## Aim of the exercise
Using the entries below, output each line exactly from the first through the one that contains "v 47.308 23.293 19.5".

## Task input
------

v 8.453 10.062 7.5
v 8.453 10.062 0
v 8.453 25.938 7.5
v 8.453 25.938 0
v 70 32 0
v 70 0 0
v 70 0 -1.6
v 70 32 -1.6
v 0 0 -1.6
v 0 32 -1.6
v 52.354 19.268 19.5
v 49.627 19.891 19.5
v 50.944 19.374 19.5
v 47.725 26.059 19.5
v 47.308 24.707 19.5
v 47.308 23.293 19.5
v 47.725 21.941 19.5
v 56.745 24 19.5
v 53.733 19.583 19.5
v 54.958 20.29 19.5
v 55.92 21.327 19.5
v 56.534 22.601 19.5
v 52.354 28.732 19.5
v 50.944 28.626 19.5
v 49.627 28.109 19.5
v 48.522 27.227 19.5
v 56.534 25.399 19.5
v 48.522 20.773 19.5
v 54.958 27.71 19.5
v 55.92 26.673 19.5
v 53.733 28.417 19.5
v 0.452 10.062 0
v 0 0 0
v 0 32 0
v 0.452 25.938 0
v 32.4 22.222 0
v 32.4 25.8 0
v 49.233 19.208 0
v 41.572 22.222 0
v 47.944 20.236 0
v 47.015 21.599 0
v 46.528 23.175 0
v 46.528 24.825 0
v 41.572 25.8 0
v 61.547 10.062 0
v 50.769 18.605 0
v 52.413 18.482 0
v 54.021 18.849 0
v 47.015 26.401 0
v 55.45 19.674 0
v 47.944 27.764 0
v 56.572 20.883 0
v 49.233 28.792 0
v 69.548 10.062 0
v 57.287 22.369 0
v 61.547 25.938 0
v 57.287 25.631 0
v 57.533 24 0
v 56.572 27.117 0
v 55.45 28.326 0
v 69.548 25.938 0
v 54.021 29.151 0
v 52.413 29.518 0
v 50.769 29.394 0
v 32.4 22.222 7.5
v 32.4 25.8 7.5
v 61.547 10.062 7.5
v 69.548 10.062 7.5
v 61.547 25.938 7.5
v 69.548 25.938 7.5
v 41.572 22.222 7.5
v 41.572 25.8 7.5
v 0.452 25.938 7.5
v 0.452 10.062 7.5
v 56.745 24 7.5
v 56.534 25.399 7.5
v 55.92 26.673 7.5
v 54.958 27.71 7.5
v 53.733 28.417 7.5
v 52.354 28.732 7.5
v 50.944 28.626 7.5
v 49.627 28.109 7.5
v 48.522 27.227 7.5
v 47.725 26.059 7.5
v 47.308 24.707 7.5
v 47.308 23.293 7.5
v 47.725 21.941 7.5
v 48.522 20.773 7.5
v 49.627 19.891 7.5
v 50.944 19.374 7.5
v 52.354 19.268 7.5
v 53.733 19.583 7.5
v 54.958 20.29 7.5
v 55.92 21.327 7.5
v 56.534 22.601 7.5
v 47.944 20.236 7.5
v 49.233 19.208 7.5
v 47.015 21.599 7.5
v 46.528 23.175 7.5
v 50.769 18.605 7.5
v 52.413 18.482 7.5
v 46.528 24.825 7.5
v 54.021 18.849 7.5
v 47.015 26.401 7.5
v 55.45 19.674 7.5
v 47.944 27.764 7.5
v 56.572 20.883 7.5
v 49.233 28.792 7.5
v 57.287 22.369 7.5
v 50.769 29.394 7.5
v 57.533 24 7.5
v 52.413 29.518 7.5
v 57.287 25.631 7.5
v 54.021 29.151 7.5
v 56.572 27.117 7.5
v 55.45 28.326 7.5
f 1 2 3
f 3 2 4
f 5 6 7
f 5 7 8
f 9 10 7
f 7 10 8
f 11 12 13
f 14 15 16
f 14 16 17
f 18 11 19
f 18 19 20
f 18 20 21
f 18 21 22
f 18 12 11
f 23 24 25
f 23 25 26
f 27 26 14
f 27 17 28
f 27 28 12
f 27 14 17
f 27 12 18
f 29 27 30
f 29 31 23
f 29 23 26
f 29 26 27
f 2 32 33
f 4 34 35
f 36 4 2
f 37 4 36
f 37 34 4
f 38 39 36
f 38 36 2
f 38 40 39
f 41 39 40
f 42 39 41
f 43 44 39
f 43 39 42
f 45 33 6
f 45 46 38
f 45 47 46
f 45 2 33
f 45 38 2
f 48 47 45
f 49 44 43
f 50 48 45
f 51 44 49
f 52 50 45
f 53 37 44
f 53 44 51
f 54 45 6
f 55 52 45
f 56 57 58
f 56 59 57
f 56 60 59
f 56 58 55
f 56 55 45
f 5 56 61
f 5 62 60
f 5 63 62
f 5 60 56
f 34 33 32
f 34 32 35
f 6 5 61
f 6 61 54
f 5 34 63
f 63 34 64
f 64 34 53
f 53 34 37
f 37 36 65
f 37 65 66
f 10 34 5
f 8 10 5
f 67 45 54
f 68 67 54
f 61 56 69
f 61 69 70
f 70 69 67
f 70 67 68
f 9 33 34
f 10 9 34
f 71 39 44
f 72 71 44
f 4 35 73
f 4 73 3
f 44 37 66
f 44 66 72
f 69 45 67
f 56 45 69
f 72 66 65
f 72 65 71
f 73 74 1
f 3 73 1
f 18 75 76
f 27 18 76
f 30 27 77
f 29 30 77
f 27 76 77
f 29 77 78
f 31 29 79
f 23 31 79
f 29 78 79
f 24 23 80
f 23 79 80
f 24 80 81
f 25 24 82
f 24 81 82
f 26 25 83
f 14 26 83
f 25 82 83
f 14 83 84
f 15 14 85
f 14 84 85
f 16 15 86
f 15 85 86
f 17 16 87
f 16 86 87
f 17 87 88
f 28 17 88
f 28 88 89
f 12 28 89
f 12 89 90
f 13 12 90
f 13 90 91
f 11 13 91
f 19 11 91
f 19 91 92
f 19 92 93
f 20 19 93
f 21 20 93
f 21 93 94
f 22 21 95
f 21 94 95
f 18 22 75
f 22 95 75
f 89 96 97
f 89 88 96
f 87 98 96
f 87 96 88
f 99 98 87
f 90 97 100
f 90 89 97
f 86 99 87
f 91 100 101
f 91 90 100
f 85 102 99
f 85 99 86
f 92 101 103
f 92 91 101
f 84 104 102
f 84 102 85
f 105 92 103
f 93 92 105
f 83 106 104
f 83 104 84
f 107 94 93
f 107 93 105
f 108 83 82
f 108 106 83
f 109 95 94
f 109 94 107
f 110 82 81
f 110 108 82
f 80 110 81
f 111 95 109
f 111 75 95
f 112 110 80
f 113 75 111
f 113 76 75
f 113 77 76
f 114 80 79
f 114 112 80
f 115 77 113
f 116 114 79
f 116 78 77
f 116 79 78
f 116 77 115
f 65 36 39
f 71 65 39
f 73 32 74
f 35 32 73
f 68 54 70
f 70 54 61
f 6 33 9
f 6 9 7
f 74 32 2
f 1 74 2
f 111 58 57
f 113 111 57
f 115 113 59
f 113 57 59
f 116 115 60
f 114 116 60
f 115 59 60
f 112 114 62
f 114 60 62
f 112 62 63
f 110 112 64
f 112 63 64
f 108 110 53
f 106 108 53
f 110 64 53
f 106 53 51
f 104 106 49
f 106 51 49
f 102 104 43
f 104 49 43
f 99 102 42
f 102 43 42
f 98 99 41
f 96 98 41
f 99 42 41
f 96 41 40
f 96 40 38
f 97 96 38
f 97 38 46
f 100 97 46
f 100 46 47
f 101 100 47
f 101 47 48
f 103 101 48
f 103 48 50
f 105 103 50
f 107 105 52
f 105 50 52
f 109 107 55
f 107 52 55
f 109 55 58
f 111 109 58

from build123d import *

# Parameters (mm, degrees)
SKETCH2_W           = 69.99986
SKETCH2_H           = 31.999936
BOSS_EXTRUDE1_DEPTH = 1.6
SKETCH3_R           = 5.533230125
SKETCH3_W           = 8.0009746
SKETCH3_H           = 15.8759652
SKETCH3_W_2         = 9.1719654
SKETCH3_H_2         = 3.5780218
BOSS_EXTRUDE2_DEPTH = 7.5
SKETCH4_R           = 4.745015856
BOSS_EXTRUDE3_DEPTH = 12


with BuildPart() as part:
    # Sketch2 → Boss-Extrude1 (new body)
    with BuildSketch(Plane.XY):
        with Locations((34.99993, 15.999968)):
            Rectangle(SKETCH2_W, SKETCH2_H)
    extrude(amount=-BOSS_EXTRUDE1_DEPTH)

    # Sketch3 → Boss-Extrude2 (add)
    with BuildSketch(Plane.XY):
        with Locations((51.999892991, 23.999962155)):
            Circle(SKETCH3_R)
        with Locations((65.5473543, 17.999964)):
            Rectangle(SKETCH3_W, SKETCH3_H)
        with Locations((4.4525057, 17.999964)):
            Rectangle(SKETCH3_W, SKETCH3_H)
        with Locations((36.9859433, 24.0110899)):
            Rectangle(SKETCH3_W_2, SKETCH3_H_2)
    extrude(amount=BOSS_EXTRUDE2_DEPTH)

    # Sketch4 → Boss-Extrude3 (add)
    with BuildSketch(Plane.XY.offset(7.5)):
        with Locations((51.999892991, 23.999962155)):
            Circle(SKETCH4_R)
    extrude(amount=BOSS_EXTRUDE3_DEPTH)


solid = part.part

------

## Response box
v 8.453 10.062 7.5
v 8.453 10.062 0
v 8.453 25.938 7.5
v 8.453 25.938 0
v 70 32 0
v 70 0 0
v 70 0 -1.6
v 70 32 -1.6
v 0 0 -1.6
v 0 32 -1.6
v 52.354 19.268 19.5
v 49.627 19.891 19.5
v 50.944 19.374 19.5
v 47.725 26.059 19.5
v 47.308 24.707 19.5
v 47.308 23.293 19.5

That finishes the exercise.